Sunday, 17 April 2011

Duty

One response to society turning on fatz I’m not feeling is "We don't owe society health" etc.,

Apart from rejecting the idea society or its authority always knows how to 'acquire' health. We have a sense of duty about our own well being anyway. I see no evidence to the contrary unless you count not necessarily wishing or being able to do exactly what certain self declared experts want us to do any time they want us to do it.

Society though can speak to my sense of duty anytime and I will certainly consider it. Not out of toadying acquiescence, but because of all the mostly unknown people who strove, fought, suffered and refused to give in to whatever low standard was the form of their time.

In spite of the price they had to pay.

Whether they were privileged or skating the edge of destitution, whether they made their aim a small point of eccentricity, specificity or an all encompassing vision of better lives, they contributed.

Because of them many of us are alive that wouldn't be or still in the game in a better condition than we would be, they've increased our well being as well as our health. If that sounds overly dramatic, take a look at the infant mortality rates of developing countries and their overall life expectancy rates.

Take a look at the lives lead and see the absence of people who care enough to fight.

I move, freer, easier, better not just because they existed, but because they refused to let things lie as they were.

That is why any society I live in can ask me to do everything from pay tax, to re-cycle my rubbish, because if I can't do something to make the world a better place in any small way, I endeavour not to leave it worse off so that those who come or will exist after me will not have to reap that.

Thing is, if family, friends, community, authority, society invoke our sense of duty to take extra care with our weight because it is deemed a potential or actual problem. We listen, because we believe in them. That belief has to be be mutual, or not at all.

If it is not, that is where any duty they can invoke, ends.

Once that fault has opened, the duty relied upon is suspended along with the trust and that's fair enough because those who needed to forgo trust in us to formulate their premise and didn't and that was reason to rethink, should expect no better from others.

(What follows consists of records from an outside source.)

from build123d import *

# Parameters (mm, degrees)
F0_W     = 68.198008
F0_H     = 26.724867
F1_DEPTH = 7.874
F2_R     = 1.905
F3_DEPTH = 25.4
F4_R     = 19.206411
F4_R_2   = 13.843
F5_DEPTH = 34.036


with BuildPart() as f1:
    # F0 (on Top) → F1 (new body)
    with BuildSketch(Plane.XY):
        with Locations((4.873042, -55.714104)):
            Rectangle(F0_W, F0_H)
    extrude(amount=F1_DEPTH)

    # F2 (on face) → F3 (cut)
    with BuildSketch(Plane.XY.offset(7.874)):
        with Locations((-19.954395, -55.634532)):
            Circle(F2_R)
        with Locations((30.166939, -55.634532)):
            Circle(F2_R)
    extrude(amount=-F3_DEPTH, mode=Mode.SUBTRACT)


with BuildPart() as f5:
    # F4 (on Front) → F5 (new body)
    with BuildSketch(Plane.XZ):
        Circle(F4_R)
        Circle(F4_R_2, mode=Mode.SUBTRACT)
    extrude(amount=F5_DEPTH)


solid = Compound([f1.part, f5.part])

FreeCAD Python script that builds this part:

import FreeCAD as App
import Part
import Sketcher
from FreeCAD import Vector
Q = App.Units.Quantity


def add_polygon(sketch, points):
    """Adds a closed chain of lines whose ends are joined by coincident constraints."""
    first, n = sketch.GeometryCount, len(points)
    for a, b in zip(points, points[1:] + points[:1]):
        sketch.addGeometry(Part.LineSegment(App.Vector(*a, 0), App.Vector(*b, 0)), False)
    for i in range(n):
        sketch.addConstraint(Sketcher.Constraint("Coincident", first + i, 2, first + (i + 1) % n, 1))

doc = App.newDocument("Part")
params = doc.addObject("Spreadsheet::Sheet", "Params")
for row, (alias, value) in enumerate([
    ("pad1_length", "0.31 in"),
    ("sketch2_diameter", "0.15 in"),
    ("pocket1_length", "1 in"),
    ("sketch3_diameter", "1.09 in"),
    ("pad2_length", "1.34 in"),
], start=1):
    params.set(f"A{row}", alias)
    params.set(f"B{row}", "=" + value)
    params.setAlias(f"B{row}", alias)

body = doc.addObject("PartDesign::Body", "Body")

sketch1 = doc.addObject("Sketcher::SketchObject", "Sketch")
body.addObject(sketch1)
sketch1.AttachmentSupport = (doc.XY_Plane, [""])
sketch1.MapMode = "FlatFace"
add_polygon(sketch1, [(-29, -42), (-29, -69), (39, -69), (39, -42)])
sketch1.addConstraint([
    Sketcher.Constraint("Vertical", 0),
    Sketcher.Constraint("Horizontal", 1),
    Sketcher.Constraint("Vertical", 2),
    Sketcher.Constraint("Horizontal", 3),
    Sketcher.Constraint("DistanceX", 1, 1, 1, 2, 68.198008),
    Sketcher.Constraint("DistanceY", 0, 2, 0, 1, 26.724867),
    Sketcher.Constraint("DistanceX", 0, 2, -1, 1, 29.225962),
    Sketcher.Constraint("DistanceY", 2, 2, -1, 1, 42.35167),
])
pad1 = doc.addObject("PartDesign::Pad", "Pad")
body.addObject(pad1)
pad1.Profile = sketch1
pad1.setExpression("Length", "Params.pad1_length")

sketch2 = doc.addObject("Sketcher::SketchObject", "Sketch001")
body.addObject(sketch2)
sketch2.AttachmentSupport = (doc.XY_Plane, [""])
sketch2.MapMode = "FlatFace"
sketch2.AttachmentOffset = App.Placement(Vector(0, 0, 0.31 * 25.4), App.Rotation())
sketch2.addGeometry([
    Part.Circle(Vector(-20, -55.6, 0), Vector(0, 0, 1), 1.9),
    Part.Circle(Vector(30.2, -55.6, 0), Vector(0, 0, 1), 1.9),
], False)
sketch2.addConstraint([
    Sketcher.Constraint("Equal", 0, 1),
    Sketcher.Constraint("Horizontal", 0, 3, 1, 3),
    Sketcher.Constraint("Diameter", 0, Q("0.15 in")),
    Sketcher.Constraint("DistanceX", -1, 1, 1, 3, 30.166939),
    Sketcher.Constraint("DistanceX", 0, 3, -1, 1, 19.954395),
    Sketcher.Constraint("DistanceY", 0, 3, -1, 1, 55.634532),
])
sketch2.setExpression("Constraints[2]", "Params.sketch2_diameter")
pocket1 = doc.addObject("PartDesign::Pocket", "Pocket")
body.addObject(pocket1)
pocket1.Profile = sketch2
pocket1.setExpression("Length", "Params.pocket1_length")
body2 = doc.addObject("PartDesign::Body", "Body001")

sketch3 = doc.addObject("Sketcher::SketchObject", "Sketch002")
body2.addObject(sketch3)
sketch3.AttachmentSupport = (doc.getObject("XZ_Plane001"), [""])
sketch3.MapMode = "FlatFace"
sketch3.addGeometry([
    Part.Circle(Vector(0, 0, 0), Vector(0, 0, 1), 19),
    Part.Circle(Vector(0, 0, 0), Vector(0, 0, 1), 14),
], False)
sketch3.addConstraint([
    Sketcher.Constraint("Coincident", 0, 3, -1, 1),
    Sketcher.Constraint("Coincident", 1, 3, -1, 1),
    Sketcher.Constraint("Diameter", 1, Q("1.09 in")),
    Sketcher.Constraint("Diameter", 0, 38.412822),
])
sketch3.setExpression("Constraints[2]", "Params.sketch3_diameter")
pad2 = doc.addObject("PartDesign::Pad", "Pad001")
body2.addObject(pad2)
pad2.Profile = sketch3
pad2.setExpression("Length", "Params.pad2_length")

doc.recompute()
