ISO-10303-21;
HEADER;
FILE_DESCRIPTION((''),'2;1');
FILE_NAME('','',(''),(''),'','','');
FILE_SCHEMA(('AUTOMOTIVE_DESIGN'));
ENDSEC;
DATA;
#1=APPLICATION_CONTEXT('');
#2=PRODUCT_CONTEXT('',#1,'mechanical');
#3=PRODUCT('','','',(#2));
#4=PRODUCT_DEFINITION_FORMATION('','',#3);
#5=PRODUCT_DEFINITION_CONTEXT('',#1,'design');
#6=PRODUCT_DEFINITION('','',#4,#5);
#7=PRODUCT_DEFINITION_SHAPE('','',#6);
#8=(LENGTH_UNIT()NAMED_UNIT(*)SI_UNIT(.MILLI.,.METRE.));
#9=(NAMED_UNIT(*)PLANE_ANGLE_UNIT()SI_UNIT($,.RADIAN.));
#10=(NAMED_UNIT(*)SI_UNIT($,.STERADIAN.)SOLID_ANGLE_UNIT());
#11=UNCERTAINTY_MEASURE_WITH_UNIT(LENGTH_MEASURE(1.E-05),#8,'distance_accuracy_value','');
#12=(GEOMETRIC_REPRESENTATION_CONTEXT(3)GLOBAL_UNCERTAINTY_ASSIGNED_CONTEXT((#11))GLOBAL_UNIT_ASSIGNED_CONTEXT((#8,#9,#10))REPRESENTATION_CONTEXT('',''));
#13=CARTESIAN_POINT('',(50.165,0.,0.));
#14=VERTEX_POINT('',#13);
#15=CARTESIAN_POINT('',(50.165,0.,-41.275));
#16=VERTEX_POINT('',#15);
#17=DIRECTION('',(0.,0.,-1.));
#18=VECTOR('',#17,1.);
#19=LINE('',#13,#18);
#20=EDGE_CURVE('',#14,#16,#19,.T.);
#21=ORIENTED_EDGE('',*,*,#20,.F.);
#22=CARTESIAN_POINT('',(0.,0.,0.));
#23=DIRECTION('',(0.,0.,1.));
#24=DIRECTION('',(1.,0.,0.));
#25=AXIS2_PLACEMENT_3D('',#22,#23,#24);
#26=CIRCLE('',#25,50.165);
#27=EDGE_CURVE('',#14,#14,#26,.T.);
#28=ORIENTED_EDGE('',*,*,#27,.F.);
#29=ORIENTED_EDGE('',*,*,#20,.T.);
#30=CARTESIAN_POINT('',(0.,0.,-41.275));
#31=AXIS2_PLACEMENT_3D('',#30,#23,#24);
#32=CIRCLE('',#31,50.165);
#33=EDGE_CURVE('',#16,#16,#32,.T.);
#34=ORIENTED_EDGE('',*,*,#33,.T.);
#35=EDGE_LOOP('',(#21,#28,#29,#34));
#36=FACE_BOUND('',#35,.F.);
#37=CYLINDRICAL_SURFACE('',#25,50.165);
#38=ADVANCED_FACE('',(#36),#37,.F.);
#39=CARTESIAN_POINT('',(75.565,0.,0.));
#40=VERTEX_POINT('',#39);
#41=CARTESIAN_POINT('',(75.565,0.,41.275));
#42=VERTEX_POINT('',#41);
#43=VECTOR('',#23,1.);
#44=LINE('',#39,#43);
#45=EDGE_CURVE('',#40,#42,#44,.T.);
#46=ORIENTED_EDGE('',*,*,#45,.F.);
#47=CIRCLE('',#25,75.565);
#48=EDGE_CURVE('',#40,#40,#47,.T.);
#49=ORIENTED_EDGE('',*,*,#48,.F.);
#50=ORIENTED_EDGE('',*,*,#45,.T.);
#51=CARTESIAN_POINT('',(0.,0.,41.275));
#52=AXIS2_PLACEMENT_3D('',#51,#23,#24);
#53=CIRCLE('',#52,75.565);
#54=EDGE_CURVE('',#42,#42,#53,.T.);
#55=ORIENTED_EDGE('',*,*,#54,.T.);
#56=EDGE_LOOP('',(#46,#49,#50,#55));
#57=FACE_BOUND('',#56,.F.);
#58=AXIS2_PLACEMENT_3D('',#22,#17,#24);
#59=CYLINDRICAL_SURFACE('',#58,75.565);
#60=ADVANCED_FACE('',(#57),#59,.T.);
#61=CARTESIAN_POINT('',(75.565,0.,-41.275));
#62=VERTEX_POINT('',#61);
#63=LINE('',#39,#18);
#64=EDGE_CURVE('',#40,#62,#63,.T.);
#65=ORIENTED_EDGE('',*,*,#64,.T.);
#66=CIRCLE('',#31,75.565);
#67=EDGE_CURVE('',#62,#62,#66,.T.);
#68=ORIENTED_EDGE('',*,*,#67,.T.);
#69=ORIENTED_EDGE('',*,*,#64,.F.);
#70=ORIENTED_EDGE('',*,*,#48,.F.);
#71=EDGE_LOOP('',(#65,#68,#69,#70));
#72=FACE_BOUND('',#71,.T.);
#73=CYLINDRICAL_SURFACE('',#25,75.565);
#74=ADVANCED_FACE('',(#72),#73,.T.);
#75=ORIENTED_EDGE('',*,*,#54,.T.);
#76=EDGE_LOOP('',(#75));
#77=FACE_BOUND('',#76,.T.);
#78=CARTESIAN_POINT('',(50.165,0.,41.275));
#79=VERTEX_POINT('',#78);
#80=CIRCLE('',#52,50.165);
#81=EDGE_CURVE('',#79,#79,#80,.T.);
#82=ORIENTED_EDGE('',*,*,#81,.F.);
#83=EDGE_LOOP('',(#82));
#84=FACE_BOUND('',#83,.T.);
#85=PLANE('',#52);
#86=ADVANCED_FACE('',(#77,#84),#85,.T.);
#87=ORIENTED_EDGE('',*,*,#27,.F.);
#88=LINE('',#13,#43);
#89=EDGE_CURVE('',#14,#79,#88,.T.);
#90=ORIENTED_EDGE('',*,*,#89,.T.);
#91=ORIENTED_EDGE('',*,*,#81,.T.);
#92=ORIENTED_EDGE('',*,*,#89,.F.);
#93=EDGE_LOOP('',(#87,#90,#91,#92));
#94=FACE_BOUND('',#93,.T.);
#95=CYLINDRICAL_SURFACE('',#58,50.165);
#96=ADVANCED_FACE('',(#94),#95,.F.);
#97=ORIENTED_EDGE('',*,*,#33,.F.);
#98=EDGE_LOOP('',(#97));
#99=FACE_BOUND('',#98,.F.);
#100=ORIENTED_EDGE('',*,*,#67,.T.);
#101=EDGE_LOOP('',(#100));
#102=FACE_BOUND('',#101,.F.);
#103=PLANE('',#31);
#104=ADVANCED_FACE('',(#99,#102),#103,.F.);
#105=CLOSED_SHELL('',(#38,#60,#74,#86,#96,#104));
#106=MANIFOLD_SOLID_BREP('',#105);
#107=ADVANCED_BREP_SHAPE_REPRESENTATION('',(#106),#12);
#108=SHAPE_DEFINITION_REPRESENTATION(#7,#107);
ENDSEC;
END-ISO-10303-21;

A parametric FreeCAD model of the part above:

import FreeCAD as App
import Part
import Sketcher
from FreeCAD import Vector
Q = App.Units.Quantity

doc = App.newDocument("Part")
body = doc.addObject("PartDesign::Body", "Body")

# Sketch on XY plane
sketch1 = body.newObject("Sketcher::SketchObject", "Sketch")
sketch1.AttachmentSupport = (doc.getObject("XY_Plane"), [""])
sketch1.MapMode = "FlatFace"
sketch1.addGeometry([
    Part.Circle(Vector(0, 0, 0), Vector(0, 0, 1), 75.565),
    Part.Circle(Vector(0, 0, 0), Vector(0, 0, 1), 50.165),
], False)
sketch1.addConstraint([
    Sketcher.Constraint("Coincident", 0, 3, -1, 1),
    Sketcher.Constraint("Coincident", 1, 3, -1, 1),
    Sketcher.Constraint("Diameter", 0, Q("5.95 in")),
    Sketcher.Constraint("Diameter", 1, Q("3.95 in")),
])
pad1 = body.newObject("PartDesign::Pad", "Pad")
pad1.Profile = sketch1
pad1.Length = Q("3.25 in")
pad1.Midplane = True

doc.recompute()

Until a way is found to re-gain trust withdrawn, any target of this has the right to withdraw its trust from society in return and tell it what to do with its proposition.

If I have a duty to consider advice as far as it is honestly known, it has to be honest and there is a duty not to impinge or depress my health in the process. That should go without saying, but as it clearly hasn't.

Society has a duty not to stigmatize us, for any reason or to any end if it seeks to, it forfeits any right to lecture about the health it seeks to mishandle. If it claims we are doing the wrong things because they're expedient for us, it has no right to do the wrong things for its own expediency, either.

Simple.

We fat people have already acted in good faith according to society’s dictates. We expect that good faith to be returned by observation of the facts. If that is not desirable, it should not desire to interfere, harass in anyway, until it is.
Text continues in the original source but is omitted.